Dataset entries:
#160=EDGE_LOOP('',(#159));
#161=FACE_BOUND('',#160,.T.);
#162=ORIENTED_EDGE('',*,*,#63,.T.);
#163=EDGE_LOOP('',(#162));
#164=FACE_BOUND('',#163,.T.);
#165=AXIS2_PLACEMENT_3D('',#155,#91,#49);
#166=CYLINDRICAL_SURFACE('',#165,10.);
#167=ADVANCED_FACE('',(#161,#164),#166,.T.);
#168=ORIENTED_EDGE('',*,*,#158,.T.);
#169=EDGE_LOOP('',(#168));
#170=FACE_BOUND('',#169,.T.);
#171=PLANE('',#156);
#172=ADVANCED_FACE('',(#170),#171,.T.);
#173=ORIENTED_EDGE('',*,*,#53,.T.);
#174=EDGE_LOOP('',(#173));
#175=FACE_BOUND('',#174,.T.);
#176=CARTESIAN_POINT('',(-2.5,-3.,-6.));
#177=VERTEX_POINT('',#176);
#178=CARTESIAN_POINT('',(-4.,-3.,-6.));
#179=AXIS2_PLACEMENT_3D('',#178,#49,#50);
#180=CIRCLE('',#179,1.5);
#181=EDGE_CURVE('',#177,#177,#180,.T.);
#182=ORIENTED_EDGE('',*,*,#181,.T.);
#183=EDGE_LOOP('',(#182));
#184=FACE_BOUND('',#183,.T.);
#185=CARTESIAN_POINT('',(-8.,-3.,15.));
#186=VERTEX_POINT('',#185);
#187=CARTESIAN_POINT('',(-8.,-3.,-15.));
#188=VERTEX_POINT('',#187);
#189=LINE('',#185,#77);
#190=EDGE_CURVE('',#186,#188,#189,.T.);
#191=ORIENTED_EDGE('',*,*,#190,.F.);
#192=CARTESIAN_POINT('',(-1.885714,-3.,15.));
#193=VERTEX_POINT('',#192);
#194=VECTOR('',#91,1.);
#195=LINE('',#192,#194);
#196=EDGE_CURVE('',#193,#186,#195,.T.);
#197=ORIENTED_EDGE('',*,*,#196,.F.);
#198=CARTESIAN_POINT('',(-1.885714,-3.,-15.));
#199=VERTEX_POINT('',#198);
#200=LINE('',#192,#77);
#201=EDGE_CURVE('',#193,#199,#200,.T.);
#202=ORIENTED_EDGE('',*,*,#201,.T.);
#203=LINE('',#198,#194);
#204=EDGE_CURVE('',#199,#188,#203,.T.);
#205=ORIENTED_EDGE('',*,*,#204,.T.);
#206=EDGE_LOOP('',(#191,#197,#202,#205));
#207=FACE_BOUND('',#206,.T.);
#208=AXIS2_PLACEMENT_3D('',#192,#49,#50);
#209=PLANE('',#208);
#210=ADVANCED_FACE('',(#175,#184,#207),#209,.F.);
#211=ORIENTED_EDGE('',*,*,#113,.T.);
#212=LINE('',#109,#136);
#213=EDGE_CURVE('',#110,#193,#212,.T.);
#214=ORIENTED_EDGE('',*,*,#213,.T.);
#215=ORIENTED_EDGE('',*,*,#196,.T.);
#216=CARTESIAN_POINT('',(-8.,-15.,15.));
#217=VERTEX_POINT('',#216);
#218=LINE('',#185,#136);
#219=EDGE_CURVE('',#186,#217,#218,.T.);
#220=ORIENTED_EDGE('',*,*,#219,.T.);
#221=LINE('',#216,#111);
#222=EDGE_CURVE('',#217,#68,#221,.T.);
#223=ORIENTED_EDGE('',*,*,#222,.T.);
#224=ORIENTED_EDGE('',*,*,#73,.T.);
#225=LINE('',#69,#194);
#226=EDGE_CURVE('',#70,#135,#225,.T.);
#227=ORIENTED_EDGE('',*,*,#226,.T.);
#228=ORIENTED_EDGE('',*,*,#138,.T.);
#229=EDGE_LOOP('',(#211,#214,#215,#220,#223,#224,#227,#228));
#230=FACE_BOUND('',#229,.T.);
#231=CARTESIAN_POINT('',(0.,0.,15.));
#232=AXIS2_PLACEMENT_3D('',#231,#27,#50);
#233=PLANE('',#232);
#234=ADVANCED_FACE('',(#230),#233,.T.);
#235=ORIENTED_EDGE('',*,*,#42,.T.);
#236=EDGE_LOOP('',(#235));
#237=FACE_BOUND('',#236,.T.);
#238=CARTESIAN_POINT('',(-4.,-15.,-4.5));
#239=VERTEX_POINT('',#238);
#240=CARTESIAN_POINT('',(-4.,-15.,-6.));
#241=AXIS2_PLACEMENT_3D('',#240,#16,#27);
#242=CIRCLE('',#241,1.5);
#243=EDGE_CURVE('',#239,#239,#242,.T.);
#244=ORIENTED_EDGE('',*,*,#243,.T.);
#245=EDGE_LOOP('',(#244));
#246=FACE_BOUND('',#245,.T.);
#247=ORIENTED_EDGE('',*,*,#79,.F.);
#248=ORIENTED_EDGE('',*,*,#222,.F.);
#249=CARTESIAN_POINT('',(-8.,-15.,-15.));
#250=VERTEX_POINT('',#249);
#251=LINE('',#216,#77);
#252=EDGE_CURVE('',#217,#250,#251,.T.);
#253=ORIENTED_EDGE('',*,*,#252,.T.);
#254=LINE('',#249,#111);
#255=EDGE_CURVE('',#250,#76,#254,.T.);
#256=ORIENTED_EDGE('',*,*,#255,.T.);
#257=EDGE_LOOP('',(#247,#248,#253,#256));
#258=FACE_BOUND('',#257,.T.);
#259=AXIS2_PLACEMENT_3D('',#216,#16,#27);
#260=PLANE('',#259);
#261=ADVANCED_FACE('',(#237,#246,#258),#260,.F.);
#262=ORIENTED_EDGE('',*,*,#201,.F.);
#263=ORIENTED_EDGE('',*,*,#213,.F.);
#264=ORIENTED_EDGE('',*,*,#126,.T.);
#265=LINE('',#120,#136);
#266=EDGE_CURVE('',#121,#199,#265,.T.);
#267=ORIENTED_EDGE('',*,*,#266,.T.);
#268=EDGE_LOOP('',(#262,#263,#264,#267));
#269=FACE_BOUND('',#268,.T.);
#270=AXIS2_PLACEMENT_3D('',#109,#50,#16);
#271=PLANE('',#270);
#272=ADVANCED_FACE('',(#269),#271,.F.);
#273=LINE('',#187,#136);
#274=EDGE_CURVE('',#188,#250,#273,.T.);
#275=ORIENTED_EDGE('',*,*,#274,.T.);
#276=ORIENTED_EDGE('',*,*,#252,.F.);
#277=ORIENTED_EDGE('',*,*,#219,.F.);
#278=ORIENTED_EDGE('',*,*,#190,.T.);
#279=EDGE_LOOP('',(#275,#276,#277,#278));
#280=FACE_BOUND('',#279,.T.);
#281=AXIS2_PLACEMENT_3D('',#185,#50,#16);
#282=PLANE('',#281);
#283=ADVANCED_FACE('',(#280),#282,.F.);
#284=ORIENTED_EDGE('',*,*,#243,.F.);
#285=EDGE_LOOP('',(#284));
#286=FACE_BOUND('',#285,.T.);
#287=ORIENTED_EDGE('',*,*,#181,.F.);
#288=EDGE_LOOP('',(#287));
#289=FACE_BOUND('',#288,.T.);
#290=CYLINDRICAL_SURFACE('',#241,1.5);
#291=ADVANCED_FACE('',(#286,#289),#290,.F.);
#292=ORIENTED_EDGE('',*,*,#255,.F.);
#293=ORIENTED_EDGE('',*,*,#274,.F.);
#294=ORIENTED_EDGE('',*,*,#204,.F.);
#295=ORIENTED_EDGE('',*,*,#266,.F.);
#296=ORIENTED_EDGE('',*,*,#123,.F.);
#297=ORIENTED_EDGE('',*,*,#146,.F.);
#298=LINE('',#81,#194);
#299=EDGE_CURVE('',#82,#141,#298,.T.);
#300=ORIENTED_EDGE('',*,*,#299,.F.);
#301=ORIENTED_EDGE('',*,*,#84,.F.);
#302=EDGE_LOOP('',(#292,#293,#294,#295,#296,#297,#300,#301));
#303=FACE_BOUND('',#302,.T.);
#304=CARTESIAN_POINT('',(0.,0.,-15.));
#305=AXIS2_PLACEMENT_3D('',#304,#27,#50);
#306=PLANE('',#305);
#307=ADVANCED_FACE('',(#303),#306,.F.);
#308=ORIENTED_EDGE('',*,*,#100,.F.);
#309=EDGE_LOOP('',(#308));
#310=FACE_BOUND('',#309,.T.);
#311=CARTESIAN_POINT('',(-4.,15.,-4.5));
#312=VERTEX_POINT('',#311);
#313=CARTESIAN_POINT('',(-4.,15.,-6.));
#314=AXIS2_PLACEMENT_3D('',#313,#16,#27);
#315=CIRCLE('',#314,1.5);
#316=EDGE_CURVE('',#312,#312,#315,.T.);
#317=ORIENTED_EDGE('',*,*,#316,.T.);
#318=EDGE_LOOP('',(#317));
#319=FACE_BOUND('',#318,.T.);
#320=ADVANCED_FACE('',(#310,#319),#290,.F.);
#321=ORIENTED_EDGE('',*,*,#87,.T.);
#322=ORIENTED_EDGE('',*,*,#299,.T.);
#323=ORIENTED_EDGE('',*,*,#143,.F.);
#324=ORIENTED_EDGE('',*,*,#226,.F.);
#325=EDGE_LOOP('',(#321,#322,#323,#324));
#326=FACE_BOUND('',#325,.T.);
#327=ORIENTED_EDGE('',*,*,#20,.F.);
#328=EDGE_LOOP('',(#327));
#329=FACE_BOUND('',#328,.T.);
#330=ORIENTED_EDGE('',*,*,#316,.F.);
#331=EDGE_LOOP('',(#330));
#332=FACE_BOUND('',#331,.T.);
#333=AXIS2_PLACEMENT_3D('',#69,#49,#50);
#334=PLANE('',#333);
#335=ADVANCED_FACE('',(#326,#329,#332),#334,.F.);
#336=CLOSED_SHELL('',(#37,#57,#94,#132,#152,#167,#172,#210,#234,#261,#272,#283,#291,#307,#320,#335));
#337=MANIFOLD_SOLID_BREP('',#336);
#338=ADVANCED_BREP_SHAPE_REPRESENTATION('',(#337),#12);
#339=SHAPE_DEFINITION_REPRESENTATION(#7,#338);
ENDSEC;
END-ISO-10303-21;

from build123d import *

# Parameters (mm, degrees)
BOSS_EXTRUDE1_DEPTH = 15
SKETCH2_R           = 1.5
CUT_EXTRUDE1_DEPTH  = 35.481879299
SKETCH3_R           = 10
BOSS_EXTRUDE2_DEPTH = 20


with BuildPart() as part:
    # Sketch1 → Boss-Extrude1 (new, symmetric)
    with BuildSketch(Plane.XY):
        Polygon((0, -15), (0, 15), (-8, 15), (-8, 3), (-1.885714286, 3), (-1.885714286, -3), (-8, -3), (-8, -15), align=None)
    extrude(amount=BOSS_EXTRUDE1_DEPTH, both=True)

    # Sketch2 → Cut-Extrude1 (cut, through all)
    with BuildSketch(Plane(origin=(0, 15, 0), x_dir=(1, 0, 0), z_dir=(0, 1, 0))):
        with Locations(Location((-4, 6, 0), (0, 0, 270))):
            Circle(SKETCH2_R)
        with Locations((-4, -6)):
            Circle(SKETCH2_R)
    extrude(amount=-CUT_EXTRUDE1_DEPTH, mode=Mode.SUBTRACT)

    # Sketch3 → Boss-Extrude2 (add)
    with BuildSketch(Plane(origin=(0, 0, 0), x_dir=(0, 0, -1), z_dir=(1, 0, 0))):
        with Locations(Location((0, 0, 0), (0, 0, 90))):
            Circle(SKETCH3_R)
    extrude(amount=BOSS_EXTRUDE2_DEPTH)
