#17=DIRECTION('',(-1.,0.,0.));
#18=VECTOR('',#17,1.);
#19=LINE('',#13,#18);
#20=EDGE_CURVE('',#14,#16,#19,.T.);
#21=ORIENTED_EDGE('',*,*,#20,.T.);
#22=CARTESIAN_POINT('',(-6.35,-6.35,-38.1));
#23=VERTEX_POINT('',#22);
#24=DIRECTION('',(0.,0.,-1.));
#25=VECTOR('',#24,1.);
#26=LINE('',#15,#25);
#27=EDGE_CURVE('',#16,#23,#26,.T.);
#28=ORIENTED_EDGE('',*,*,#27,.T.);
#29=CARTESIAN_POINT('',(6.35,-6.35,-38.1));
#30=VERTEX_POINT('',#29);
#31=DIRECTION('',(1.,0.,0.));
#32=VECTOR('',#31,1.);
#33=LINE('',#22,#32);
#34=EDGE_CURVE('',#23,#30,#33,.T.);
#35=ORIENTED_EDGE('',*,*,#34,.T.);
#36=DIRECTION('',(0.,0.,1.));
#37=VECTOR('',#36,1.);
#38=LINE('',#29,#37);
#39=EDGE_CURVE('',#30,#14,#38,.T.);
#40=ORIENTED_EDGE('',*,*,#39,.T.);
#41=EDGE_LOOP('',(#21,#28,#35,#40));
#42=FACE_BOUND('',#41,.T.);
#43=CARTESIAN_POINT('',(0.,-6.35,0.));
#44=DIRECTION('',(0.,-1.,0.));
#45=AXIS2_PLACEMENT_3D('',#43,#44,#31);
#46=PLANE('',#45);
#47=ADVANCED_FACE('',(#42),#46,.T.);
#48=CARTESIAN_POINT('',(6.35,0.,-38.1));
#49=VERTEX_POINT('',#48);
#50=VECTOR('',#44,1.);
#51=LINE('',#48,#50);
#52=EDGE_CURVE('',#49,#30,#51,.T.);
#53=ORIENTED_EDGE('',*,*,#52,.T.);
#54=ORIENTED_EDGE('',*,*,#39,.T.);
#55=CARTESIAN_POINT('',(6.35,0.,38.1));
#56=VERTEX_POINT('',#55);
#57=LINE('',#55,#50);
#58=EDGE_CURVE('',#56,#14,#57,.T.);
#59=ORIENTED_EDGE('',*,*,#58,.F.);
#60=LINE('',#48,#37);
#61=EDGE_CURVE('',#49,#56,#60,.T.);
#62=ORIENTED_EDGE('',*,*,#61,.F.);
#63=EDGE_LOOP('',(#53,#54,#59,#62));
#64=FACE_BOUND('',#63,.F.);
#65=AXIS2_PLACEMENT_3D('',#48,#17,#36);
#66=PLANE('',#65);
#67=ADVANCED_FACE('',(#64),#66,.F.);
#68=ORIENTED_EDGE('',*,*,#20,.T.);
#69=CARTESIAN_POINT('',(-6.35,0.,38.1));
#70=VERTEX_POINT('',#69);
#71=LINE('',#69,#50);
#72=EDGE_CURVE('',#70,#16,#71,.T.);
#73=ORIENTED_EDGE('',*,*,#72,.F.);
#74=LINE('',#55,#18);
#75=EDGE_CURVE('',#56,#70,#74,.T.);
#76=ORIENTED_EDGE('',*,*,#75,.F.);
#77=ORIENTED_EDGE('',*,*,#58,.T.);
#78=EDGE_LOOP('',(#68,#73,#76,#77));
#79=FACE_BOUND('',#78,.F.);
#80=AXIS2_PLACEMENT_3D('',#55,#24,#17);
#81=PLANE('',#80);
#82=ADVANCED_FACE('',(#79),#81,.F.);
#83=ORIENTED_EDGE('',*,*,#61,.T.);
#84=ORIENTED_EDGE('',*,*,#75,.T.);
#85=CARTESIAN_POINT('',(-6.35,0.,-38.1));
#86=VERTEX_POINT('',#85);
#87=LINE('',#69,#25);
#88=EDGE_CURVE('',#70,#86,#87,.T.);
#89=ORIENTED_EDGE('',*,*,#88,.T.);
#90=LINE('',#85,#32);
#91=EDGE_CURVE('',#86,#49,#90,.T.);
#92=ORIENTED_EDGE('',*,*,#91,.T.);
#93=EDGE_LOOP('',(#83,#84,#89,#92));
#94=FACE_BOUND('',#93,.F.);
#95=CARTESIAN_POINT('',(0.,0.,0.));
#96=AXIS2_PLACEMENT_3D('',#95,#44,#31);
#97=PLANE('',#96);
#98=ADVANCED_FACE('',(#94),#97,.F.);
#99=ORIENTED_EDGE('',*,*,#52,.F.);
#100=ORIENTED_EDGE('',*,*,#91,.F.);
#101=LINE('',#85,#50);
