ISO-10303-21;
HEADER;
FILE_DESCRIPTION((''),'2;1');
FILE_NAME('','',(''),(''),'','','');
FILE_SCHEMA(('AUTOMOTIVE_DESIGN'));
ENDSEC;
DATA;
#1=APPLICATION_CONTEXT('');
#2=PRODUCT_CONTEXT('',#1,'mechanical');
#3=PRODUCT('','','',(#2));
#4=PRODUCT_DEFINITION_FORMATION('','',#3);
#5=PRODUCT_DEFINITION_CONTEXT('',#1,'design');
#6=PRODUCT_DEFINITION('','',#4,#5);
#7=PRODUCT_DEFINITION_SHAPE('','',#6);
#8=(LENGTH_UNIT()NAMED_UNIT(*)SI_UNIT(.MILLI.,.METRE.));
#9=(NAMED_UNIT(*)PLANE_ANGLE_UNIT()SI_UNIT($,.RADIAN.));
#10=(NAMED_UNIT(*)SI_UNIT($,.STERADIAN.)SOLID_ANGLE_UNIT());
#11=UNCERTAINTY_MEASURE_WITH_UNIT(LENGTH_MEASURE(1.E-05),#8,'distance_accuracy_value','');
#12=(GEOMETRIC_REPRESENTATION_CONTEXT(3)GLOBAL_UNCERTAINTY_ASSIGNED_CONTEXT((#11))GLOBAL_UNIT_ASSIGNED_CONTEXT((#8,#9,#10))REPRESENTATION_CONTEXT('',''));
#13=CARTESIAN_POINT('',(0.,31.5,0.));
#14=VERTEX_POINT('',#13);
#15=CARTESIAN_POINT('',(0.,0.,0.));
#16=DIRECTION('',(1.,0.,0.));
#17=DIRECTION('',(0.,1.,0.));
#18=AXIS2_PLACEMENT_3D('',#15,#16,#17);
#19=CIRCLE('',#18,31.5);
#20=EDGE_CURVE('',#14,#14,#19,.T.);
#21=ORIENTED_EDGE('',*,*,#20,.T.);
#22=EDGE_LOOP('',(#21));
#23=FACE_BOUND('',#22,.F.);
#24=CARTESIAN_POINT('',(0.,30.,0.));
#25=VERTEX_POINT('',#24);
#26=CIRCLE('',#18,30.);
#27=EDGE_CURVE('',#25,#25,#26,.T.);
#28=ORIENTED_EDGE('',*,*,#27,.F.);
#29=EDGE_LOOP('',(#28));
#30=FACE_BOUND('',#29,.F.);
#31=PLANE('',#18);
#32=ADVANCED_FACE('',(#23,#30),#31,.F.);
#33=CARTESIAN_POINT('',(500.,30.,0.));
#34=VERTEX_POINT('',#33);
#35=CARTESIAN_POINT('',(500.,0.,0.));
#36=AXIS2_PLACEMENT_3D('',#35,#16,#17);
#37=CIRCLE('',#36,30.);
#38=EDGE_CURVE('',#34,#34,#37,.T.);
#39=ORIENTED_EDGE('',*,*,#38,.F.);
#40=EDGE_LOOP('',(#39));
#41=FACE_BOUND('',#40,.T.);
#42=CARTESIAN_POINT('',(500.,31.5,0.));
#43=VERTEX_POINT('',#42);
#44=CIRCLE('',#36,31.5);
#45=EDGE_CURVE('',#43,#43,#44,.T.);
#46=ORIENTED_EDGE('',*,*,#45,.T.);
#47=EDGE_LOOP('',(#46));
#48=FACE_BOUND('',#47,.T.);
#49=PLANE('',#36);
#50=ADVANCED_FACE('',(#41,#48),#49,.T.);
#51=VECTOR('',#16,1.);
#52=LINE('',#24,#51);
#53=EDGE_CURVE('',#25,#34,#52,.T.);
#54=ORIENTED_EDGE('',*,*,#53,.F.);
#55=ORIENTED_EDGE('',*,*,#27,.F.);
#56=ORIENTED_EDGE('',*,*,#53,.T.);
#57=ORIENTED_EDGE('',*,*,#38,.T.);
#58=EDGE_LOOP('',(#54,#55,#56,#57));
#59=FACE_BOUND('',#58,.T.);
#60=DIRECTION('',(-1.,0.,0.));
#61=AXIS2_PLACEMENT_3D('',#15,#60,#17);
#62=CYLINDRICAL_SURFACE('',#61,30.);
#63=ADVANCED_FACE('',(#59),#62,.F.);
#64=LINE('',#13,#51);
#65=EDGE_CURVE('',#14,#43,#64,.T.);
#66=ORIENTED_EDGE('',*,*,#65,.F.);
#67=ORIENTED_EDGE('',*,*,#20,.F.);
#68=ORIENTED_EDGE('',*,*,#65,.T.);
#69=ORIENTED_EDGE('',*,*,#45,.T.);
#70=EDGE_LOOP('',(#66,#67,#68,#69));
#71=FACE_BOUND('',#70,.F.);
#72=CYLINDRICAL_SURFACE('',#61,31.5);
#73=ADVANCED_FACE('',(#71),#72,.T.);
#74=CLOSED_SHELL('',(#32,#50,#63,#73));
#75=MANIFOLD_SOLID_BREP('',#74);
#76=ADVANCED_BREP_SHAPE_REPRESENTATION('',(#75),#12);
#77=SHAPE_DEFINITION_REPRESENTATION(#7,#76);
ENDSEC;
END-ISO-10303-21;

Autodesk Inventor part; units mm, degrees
ref_plane "YZ Plane" through (0, 0, 0) normal (1, 0, 0) x (0, 1, 0)
ref_plane "XZ Plane" through (0, 0, 0) normal (0, 1, 0) x (-1, 0, 0)
ref_plane "XY Plane" through (0, 0, 0) normal (0, 0, 1) x (1, 0, 0)
sketch "Boceto1" plane through (0, 0, 0) normal (1, 0, 0) x (0, 1, 0)
  circle A0 centre (0, 0) radius 30
  circle A1 centre (0, 0) radius 31.5
  dimension "d0" = 60
  dimension "d1" = 63
extrude "Extrusión1" add sketch "Boceto1" along normal blind 500
ref_plane "Plano de trabajo1" through (50, 0, 0) normal (-1, 0, 0) x (0, 0, 1)
ref_plane "Plano de trabajo2" through (450, 0, 0) normal (1, 0, 0) x (0, 0, -1)
properties part number "tubo transparente" material "Vidrio"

▶ **Problem**
Return, with no change at all, every line in the entries above from the line containing "#36=DIRECTION('',(0.,0.,1.));" through the line containing "#62=ORIENTED_EDGE('',*,*,#61,.F.);".

▶ **Expected answer**
#36=DIRECTION('',(0.,0.,1.));
#37=VECTOR('',#36,1.);
#38=LINE('',#29,#37);
#39=EDGE_CURVE('',#30,#14,#38,.T.);
#40=ORIENTED_EDGE('',*,*,#39,.T.);
#41=EDGE_LOOP('',(#21,#28,#35,#40));
#42=FACE_BOUND('',#41,.T.);
#43=CARTESIAN_POINT('',(0.,-6.35,0.));
#44=DIRECTION('',(0.,-1.,0.));
#45=AXIS2_PLACEMENT_3D('',#43,#44,#31);
#46=PLANE('',#45);
#47=ADVANCED_FACE('',(#42),#46,.T.);
#48=CARTESIAN_POINT('',(6.35,0.,-38.1));
#49=VERTEX_POINT('',#48);
#50=VECTOR('',#44,1.);
#51=LINE('',#48,#50);
#52=EDGE_CURVE('',#49,#30,#51,.T.);
#53=ORIENTED_EDGE('',*,*,#52,.T.);
#54=ORIENTED_EDGE('',*,*,#39,.T.);
#55=CARTESIAN_POINT('',(6.35,0.,38.1));
#56=VERTEX_POINT('',#55);
#57=LINE('',#55,#50);
#58=EDGE_CURVE('',#56,#14,#57,.T.);
#59=ORIENTED_EDGE('',*,*,#58,.F.);
#60=LINE('',#48,#37);
#61=EDGE_CURVE('',#49,#56,#60,.T.);
#62=ORIENTED_EDGE('',*,*,#61,.F.);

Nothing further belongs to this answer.